At ka = 3, you're still getting an Omni response within about 30 degree if the axis. But by ka = 5, your dispersion gets a bit chaotic:









Obviously these charts are illustrative only and not specific to my drivers, but as an order-of-magnitude astrophysicist sort of calculation, we should be fine at ka = 3 and getting out of hand at or above ka = 5.

So where I'm going this. The tweeters will play at a max of ka = 3 within the audible range. Keep my aiming to within 30 degrees of on-axis, and I should be fine.

High mids -









I could probably use the cone diameter for the most realistic result, but in the interest of a conservative fudge factor, we'll include the surround. So diameter 1-7/8", C = 5.9"
Ka = 1 at 2300 Hz
Ka = 2 at 4600 Hz
They only need to play up to 3.5 kHz, so should present as almost perfectly Omni regardless of where I place them. Only need to worry about distance to the ear and avoid reflections to the degree possible.

For the 6" woofers, and I'm getting really approximate here - 
C = 18.9
Ka = 1 at 700 Hz
I only planned to play them up to 800 Hz, again, should present as almost perfectly Omni.

(And you may have guessed, this is why so many of us resort to 3-way front stages - the woofers and mids will almost never beam as long as reasonable XO points are selected).

So what?

Well, I'm only going to worry about 
(1) aim the tweets
(2) equalize path length difference between tweets and mids since they are on a passive XO
(3) make high mids and low mids look decent in terms of OEM-ish locations & positions.

I think the only reason my ear was picking up a preference to have the tweeters and high mids colocated is this is the only time PLDs were really optimized. I think I can still make it work without resorting to a weird & destructive high-door mount for the mids.

That's all for today.


Sent from my iPhone using Tapatalk


----------



## TJ Mobile Audio (May 6, 2009)

Let's talk Lithium.

Earlier in the thread I expressed frustration at the odd-shaped battery compartment and limited choice of direct-fit battery upgrades. I threw a cheap Walmart battery in the car to get it going.

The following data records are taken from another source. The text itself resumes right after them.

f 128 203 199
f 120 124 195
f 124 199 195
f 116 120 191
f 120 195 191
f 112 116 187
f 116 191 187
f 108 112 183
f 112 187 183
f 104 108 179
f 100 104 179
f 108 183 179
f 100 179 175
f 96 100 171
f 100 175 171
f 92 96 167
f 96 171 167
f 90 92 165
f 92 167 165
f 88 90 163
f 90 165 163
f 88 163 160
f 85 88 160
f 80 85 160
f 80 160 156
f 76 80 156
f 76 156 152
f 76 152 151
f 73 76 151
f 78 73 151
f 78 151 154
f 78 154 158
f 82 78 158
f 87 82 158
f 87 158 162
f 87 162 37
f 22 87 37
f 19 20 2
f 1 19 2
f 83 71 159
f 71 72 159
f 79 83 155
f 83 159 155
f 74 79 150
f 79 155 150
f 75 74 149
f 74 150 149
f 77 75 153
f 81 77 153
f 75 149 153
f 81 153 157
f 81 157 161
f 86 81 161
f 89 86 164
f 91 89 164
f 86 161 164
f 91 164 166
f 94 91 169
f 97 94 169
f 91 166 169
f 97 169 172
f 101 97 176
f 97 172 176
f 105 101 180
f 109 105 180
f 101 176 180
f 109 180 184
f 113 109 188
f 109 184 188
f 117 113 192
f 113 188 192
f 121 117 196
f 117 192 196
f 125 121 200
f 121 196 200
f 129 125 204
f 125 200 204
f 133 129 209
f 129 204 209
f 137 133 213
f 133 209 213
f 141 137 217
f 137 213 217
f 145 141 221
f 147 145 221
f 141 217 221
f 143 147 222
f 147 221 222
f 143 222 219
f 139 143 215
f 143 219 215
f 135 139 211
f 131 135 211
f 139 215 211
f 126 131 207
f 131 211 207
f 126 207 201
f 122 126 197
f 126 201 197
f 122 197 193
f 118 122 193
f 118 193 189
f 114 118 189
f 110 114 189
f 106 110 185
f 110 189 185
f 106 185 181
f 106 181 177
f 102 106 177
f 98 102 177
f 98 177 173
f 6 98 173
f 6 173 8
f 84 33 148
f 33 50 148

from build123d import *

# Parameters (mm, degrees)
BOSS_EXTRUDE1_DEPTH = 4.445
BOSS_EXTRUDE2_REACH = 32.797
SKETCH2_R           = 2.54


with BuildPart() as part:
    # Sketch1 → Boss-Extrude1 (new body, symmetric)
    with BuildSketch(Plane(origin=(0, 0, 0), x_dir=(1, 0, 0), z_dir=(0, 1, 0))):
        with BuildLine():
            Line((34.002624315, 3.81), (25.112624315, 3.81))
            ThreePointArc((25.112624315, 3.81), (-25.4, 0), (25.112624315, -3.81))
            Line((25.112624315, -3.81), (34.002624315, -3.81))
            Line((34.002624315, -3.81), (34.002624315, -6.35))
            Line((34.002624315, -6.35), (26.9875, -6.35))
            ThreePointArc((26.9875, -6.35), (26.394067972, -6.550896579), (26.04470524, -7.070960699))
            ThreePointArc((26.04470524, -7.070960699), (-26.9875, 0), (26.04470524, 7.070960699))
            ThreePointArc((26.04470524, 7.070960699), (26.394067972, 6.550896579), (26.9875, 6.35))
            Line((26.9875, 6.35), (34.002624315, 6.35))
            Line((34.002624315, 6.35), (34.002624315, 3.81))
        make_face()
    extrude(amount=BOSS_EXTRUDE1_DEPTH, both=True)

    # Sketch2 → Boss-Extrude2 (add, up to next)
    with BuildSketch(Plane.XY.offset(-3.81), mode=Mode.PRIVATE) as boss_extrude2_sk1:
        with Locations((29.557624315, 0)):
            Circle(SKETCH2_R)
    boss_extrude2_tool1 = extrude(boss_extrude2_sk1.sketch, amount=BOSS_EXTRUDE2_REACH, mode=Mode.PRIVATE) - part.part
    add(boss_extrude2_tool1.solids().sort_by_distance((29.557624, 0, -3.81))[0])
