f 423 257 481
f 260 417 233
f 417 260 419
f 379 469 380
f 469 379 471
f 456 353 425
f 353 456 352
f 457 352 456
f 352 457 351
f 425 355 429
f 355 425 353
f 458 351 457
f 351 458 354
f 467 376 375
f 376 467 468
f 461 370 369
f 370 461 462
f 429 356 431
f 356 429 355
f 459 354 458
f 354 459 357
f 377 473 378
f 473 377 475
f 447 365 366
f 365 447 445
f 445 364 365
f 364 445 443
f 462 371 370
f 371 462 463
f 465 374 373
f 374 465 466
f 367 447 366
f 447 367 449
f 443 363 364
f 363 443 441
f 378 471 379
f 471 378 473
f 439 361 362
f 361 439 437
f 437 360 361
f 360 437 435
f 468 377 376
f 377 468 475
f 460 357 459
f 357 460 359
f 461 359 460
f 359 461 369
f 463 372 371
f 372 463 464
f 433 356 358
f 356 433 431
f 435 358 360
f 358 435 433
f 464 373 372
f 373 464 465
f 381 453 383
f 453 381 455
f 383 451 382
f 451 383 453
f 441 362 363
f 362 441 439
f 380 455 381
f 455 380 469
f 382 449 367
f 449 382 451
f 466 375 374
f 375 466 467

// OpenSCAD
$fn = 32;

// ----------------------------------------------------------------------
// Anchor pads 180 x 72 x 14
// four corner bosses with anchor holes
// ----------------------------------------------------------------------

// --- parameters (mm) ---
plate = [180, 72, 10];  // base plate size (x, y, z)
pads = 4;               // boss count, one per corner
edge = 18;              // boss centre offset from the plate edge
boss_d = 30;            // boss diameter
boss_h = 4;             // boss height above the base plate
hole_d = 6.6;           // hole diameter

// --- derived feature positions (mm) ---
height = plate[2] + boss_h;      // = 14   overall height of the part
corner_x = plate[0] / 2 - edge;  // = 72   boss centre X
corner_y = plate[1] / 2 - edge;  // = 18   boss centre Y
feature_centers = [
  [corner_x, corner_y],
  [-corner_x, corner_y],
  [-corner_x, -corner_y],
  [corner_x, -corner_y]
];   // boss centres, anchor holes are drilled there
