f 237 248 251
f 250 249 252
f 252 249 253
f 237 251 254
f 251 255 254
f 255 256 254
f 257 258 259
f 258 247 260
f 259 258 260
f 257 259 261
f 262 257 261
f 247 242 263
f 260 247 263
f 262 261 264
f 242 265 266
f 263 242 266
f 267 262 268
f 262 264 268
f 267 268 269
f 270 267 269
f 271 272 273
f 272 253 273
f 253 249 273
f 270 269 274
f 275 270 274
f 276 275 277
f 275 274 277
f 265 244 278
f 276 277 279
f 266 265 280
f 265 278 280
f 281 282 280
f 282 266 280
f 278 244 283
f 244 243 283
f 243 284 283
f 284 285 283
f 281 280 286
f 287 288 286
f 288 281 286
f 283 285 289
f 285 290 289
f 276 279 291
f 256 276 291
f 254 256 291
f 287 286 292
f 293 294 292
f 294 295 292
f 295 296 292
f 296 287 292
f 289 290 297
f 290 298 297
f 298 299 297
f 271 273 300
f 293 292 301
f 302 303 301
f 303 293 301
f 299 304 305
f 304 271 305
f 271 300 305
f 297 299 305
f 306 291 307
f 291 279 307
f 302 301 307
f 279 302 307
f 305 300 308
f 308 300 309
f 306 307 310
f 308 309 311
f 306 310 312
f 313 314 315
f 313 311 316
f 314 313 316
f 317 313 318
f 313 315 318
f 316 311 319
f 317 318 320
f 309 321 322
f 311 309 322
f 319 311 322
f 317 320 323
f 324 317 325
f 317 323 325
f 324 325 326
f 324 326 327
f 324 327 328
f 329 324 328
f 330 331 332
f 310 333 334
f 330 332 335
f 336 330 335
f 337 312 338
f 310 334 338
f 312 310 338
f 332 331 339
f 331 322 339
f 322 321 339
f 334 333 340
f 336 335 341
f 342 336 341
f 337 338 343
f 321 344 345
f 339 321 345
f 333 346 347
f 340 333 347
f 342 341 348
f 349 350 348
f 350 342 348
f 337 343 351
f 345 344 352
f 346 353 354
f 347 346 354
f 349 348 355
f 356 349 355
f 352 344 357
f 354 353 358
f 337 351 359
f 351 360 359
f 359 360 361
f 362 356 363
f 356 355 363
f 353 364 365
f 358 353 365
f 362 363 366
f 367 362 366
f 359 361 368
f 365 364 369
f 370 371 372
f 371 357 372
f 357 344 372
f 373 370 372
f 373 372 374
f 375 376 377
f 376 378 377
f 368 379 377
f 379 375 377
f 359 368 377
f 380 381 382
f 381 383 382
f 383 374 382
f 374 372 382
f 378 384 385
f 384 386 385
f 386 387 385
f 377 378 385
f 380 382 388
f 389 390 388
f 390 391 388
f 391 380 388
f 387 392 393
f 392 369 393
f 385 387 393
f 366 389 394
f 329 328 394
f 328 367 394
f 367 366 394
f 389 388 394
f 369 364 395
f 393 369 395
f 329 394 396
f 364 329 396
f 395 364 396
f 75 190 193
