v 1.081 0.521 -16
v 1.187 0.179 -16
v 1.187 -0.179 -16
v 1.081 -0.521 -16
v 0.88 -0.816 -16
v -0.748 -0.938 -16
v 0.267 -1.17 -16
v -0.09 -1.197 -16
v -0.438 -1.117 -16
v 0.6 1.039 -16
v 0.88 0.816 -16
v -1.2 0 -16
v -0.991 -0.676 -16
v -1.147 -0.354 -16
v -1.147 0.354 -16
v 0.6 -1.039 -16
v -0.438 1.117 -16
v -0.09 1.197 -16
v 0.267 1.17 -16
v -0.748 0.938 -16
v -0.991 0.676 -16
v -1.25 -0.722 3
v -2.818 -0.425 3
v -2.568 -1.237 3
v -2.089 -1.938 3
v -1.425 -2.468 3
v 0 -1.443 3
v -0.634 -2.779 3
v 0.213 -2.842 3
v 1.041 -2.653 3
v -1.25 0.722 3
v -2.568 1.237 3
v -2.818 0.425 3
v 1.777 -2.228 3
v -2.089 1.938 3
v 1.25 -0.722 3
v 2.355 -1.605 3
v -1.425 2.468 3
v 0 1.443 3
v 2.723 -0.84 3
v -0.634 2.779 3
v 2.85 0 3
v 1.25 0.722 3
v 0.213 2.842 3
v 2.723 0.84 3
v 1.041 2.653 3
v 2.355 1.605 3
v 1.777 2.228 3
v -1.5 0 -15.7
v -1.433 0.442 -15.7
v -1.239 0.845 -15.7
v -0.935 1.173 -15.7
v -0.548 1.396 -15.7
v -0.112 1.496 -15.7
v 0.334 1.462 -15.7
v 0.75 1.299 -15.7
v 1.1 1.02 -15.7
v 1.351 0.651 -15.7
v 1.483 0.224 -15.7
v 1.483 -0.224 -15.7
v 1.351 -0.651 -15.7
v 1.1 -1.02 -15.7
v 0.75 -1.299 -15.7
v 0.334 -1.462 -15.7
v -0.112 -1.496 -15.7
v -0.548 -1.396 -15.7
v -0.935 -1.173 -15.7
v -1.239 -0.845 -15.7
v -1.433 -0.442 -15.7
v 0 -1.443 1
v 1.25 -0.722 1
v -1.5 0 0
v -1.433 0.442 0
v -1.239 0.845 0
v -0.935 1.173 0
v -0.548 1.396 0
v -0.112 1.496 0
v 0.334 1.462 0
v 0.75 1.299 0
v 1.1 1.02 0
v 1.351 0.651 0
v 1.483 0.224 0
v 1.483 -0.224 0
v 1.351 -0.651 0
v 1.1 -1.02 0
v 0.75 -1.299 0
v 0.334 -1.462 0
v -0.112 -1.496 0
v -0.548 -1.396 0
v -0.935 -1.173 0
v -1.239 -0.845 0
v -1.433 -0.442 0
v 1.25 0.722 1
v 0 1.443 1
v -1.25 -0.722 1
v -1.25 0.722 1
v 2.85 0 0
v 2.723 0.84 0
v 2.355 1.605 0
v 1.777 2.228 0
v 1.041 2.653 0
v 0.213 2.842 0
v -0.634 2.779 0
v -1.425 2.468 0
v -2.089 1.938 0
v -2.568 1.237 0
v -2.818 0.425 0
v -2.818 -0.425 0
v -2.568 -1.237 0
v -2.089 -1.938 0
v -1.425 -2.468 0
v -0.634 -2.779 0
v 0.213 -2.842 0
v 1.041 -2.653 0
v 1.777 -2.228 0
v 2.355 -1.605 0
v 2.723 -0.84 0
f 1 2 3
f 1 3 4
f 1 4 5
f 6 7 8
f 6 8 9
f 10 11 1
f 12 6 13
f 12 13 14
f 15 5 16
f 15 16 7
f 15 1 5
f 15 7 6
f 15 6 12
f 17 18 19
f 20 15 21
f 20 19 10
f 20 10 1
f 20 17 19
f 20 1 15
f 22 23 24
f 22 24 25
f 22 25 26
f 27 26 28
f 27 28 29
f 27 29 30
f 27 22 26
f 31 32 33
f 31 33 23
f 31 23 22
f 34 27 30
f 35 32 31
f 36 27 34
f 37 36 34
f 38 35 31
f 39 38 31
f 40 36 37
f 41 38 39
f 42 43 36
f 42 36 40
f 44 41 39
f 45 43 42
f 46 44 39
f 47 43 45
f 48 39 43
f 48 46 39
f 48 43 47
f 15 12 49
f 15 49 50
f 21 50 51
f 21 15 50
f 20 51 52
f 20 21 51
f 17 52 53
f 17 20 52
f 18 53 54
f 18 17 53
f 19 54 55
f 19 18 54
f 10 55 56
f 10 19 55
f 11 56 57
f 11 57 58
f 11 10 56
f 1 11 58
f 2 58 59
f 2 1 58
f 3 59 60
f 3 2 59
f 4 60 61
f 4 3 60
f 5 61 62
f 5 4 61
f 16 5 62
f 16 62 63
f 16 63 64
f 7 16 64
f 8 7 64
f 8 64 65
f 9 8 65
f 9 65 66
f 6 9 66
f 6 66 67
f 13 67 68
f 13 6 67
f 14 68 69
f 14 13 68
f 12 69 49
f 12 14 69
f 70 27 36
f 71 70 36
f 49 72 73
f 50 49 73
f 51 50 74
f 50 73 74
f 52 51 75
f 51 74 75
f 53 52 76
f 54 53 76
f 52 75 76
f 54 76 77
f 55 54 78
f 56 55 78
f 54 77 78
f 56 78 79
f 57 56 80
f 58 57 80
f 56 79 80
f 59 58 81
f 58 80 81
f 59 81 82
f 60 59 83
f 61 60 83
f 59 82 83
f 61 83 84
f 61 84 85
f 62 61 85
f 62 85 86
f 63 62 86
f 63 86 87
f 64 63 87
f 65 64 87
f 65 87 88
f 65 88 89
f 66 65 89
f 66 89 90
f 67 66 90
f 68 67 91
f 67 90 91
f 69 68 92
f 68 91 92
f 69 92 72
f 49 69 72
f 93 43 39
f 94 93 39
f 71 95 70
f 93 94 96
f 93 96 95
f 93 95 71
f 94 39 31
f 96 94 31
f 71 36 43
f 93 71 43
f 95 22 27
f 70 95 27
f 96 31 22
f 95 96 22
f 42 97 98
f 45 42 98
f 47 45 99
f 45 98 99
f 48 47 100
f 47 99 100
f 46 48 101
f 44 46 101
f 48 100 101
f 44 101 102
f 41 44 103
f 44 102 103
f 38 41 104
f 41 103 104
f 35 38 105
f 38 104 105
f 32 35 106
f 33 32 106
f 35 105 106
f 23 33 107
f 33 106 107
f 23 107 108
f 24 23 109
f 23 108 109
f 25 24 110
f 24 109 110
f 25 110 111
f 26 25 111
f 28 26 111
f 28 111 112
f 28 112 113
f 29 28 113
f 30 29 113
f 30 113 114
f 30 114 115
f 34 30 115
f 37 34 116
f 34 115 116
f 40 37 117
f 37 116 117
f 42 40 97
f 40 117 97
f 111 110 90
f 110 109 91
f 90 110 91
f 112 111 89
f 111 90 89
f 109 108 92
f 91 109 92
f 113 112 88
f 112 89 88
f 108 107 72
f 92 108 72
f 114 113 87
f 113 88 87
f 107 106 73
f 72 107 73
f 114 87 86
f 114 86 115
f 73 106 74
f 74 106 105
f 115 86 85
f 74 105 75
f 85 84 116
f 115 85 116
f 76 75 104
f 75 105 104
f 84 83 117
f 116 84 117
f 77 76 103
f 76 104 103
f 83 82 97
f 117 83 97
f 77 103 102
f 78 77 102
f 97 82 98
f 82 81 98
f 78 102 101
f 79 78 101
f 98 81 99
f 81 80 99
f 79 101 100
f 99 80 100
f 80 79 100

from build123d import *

# Parameters (mm, degrees)
SKETCH1_R           = 2.85
BOSS_EXTRUDE1_DEPTH = 3
SKETCH2_R           = 1.5
BOSS_EXTRUDE2_DEPTH = 16
CHAMFER1_SIZE       = 0.3
CUT_EXTRUDE1_DEPTH  = 2


with BuildPart() as part:
    # Sketch1 → Boss-Extrude1 (new body)
    with BuildSketch(Plane.XY):
        Circle(SKETCH1_R)
    extrude(amount=BOSS_EXTRUDE1_DEPTH)

    # Sketch2 → Boss-Extrude2 (add)
    with BuildSketch(Plane(origin=(0, 0, 0), x_dir=(-1, 0, 0), z_dir=(0, 0, -1))):
        Circle(SKETCH2_R)
    extrude(amount=BOSS_EXTRUDE2_DEPTH)

    # Chamfer1
    chamfer1_edges = [part.edges().sort_by_distance(p)[0] for p in [
        (1.5, 0, -16),
    ]]
    chamfer(chamfer1_edges, length=CHAMFER1_SIZE)

    # Sketch3 → Cut-Extrude1 (cut)
    with BuildSketch(Plane.XY.offset(3)):
        Polygon((0, 1.443375673), (-1.25, 0.721687836), (-1.25, -0.721687836), (0, -1.443375673), (1.25, -0.721687836), (1.25, 0.721687836), align=None)
    extrude(amount=-CUT_EXTRUDE1_DEPTH, mode=Mode.SUBTRACT)


solid = part.part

Well, after having a supposedly new lead-acid fail a couple of weeks after I bought the car, and just recently having an AGM fail at 2.5 years on the Bimmer, I decided it's time to again embrace new battery tech. Prices have come down substantially on LiFePo4 (lithium iron phosphate) batteries, mostly due to the proliferation of electric cars.

So now that they are only 2-3x the price of a quality lead acid or AGM, and claim 2-3 times the lifespan, I can at least pretend to make an economic argument for the upgrade. My Bimmer's battery was toast, the Escort's cheap and a lower capacity than I like for a stereo build, and the Atlas is 3.5 years into an OEM battery that is notorious for early failures. The Escort battery I can use for a 12V workbench power supply with one of my extra trickle chargers wired to the terminals.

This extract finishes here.